University of South Africa: CHS hosts 2022 Teaching and Learning Festival
Scheduled to take place on 20 July 2022, the festival is set to focus on the transformation of distance education. The main motif undergirding this theme is ubumba/letsopa/vumba/ivhu and the act of ukubumba/hobopa/ku vumba swilo/kuumba (to mould).
Prof Nokuthula Hlabangane, the Head of Academic Quality Assurance and Enhancement believes that “ukubumba” is an invitation to think about the nature of distance education in the context of human sciences. On the university’s role in moulding students, Hlabangane questions which student should be moulded, and the time needed to think through or explore this topic.
Hlabangane posed questions around the theme: “What then do we borrow from the invitation to mould using ubumba/letsopa/vumba/ivhu? Is this even a factor in our teaching? Is this an invitation worth taking up and, if so, how so, given the emphases of our respective curricula? How does this consideration inflect our vision of or for graduateness? Do we centre thought on how to heal the scars wrought on the land that are intricately connected to the scars wrought on its people in our role as ‘moulders’ of students who are of community and make up community? At what point does clay become mud?”
“Meaningful education should not alienate people from their land, but it should instill in them even more respect for it, because educated people would understand what is being lost.
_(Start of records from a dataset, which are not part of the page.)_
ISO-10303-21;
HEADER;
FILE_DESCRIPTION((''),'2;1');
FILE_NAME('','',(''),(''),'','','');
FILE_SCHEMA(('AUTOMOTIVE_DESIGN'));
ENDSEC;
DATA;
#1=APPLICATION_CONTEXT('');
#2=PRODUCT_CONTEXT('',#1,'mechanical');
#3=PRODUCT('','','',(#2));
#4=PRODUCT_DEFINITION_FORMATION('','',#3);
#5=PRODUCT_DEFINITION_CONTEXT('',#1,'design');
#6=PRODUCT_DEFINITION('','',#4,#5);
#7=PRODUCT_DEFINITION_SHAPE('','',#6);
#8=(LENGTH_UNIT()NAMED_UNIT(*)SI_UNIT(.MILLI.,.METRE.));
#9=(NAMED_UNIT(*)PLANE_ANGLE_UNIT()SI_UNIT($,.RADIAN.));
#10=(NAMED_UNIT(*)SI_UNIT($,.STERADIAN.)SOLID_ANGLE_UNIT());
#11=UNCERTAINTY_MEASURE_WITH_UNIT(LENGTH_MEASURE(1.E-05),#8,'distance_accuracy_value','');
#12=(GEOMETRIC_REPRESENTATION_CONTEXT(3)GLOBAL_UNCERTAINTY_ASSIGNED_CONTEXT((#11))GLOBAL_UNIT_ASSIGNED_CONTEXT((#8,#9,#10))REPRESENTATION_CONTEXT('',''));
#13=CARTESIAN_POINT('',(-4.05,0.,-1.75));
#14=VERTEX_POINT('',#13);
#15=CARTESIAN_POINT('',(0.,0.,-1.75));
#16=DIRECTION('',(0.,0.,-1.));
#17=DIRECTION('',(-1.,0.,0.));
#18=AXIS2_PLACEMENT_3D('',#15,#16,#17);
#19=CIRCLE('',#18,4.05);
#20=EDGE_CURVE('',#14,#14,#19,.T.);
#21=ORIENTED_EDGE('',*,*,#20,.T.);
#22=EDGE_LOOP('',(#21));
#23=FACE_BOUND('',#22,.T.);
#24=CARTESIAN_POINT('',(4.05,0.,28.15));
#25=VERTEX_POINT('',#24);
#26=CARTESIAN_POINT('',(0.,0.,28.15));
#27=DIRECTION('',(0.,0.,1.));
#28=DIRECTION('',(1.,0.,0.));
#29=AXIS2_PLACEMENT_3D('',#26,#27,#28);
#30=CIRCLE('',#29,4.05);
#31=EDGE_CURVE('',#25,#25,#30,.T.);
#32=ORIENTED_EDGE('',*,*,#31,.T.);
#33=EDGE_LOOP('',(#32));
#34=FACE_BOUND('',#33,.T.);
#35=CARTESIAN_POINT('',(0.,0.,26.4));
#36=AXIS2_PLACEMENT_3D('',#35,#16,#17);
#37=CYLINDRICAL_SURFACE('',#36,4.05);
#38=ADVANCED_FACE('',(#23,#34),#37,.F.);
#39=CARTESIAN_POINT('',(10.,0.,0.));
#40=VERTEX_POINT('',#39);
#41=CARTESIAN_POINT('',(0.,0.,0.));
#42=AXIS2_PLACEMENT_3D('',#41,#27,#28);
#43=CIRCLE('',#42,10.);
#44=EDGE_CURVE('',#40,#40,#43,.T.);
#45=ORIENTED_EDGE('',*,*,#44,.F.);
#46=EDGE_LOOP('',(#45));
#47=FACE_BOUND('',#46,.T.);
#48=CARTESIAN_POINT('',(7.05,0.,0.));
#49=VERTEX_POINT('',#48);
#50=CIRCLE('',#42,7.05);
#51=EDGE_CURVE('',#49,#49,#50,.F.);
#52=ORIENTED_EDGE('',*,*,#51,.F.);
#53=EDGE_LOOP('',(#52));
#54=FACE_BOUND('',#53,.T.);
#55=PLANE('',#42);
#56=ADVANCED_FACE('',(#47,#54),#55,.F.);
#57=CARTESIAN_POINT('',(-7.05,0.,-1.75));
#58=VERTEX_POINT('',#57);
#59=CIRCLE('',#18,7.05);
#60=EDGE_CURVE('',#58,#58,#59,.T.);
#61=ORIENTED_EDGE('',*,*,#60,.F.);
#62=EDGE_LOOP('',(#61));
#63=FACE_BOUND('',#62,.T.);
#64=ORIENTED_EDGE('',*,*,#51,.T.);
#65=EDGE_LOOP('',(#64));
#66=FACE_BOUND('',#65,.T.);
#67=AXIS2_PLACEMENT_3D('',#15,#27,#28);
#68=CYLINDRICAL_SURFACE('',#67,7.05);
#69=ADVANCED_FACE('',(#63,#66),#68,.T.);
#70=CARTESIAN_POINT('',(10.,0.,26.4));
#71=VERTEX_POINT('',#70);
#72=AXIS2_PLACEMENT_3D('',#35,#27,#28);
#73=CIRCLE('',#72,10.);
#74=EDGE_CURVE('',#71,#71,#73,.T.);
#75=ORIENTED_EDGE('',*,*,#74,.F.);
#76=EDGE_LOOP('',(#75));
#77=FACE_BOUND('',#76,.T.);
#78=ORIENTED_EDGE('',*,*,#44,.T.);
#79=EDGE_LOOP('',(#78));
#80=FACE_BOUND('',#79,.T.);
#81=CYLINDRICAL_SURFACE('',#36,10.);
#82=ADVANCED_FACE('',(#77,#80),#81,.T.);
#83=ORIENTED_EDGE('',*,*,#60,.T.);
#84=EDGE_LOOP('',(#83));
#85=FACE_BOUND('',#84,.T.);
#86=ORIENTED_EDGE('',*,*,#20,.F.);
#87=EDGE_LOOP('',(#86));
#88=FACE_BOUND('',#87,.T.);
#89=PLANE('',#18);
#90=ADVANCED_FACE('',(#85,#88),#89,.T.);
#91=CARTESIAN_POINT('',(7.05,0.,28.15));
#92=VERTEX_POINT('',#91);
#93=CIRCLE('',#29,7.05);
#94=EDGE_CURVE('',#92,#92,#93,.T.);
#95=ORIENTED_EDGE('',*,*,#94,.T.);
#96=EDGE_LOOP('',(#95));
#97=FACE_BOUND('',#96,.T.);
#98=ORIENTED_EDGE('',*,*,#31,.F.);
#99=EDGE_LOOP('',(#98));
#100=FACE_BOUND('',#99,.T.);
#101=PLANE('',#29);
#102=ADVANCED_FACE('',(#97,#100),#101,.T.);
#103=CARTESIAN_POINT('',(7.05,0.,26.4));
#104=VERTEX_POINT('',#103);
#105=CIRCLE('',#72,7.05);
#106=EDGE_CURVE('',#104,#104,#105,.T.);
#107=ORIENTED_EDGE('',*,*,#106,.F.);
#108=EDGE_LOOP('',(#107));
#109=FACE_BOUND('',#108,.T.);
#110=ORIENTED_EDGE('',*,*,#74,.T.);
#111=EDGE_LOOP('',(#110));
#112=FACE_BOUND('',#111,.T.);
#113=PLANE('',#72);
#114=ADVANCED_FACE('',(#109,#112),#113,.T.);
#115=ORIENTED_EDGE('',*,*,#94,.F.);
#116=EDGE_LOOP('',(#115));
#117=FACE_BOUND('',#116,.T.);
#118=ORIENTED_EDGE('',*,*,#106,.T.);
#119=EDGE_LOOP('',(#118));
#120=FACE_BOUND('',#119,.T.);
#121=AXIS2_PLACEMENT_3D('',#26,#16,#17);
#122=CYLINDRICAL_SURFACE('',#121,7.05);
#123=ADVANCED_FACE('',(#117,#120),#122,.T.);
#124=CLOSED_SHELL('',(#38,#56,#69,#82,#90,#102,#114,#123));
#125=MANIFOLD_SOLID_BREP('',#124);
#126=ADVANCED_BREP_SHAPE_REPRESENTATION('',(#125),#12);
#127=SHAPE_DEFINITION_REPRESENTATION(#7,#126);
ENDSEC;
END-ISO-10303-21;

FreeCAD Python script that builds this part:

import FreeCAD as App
import Part
import Sketcher

V = App.Vector

doc = App.newDocument("Part")
body = doc.addObject("PartDesign::Body", "Body")

# Sketch on XY plane
sketch1 = body.newObject("Sketcher::SketchObject", "Sketch")
sketch1.AttachmentSupport = (doc.getObject("XY_Plane"), [""])
sketch1.MapMode = "FlatFace"
sketch1.addGeometry([
    Part.Circle(V(0, 0, 0), V(0, 0, 1), 10),
    Part.Circle(V(0, 0, 0), V(0, 0, 1), 4),
], False)
sketch1.addConstraint([
    Sketcher.Constraint("Coincident", 0, 3, -1, 1),
    Sketcher.Constraint("Coincident", 1, 3, -1, 1),
    Sketcher.Constraint("Diameter", 0, 20.0),
    Sketcher.Constraint("Diameter", 1, 8.1),
])
pad1 = body.newObject("PartDesign::Pad", "Pad")
pad1.Profile = sketch1
pad1.Length = 26.4

# Sketch on XY plane
sketch2 = body.newObject("Sketcher::SketchObject", "Sketch001")
sketch2.AttachmentSupport = (doc.getObject("XY_Plane"), [""])
sketch2.MapMode = "FlatFace"
sketch2.AttachmentOffset = App.Placement(V(0, 0, 26.4), App.Rotation())
sketch2.addGeometry([
    Part.Circle(V(0, 0, 0), V(0, 0, 1), 7),
    Part.Circle(V(0, 0, 0), V(0, 0, 1), 4),
], False)
sketch2.addConstraint([
    Sketcher.Constraint("Coincident", 0, 3, -1, 1),
    Sketcher.Constraint("Coincident", 1, 3, -1, 1),
    Sketcher.Constraint("Diameter", 0, 14.1),
    Sketcher.Constraint("Diameter", 1, 8.1),
])
pad2 = body.newObject("PartDesign::Pad", "Pad001")
pad2.Profile = sketch2
pad2.Length = 1.75

# Sketch on XY plane
sketch3 = body.newObject("Sketcher::SketchObject", "Sketch002")
sketch3.AttachmentSupport = (doc.getObject("XY_Plane"), [""])
sketch3.MapMode = "FlatFace"
sketch3.addGeometry([
    Part.Circle(V(0, 0, 0), V(0, 0, 1), 7),
    Part.Circle(V(0, 0, 0), V(0, 0, 1), 4),
], False)
sketch3.addConstraint([
    Sketcher.Constraint("Coincident", 0, 3, -1, 1),
    Sketcher.Constraint("Coincident", 1, 3, -1, 1),
    Sketcher.Constraint("Diameter", 0, 14.1),
    Sketcher.Constraint("Diameter", 1, 8.1),
])
pad3 = body.newObject("PartDesign::Pad", "Pad002")
pad3.Profile = sketch3
pad3.Length = 1.75
pad3.Reversed = True

doc.recompute()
The future of the planet concerns all of us, and all of us should do what we can to protect it.”
The keynote speakers of this year’s festival are traditional and spiritual healer Maine Khaukanani Maada; and author, midwife and spiritual health coach Mme Matshilo Motsei. Their respective topics are “Moulding pots: fulfilling my spiritual destiny” and “Learning to surrender the un-said and un-rehearsed”.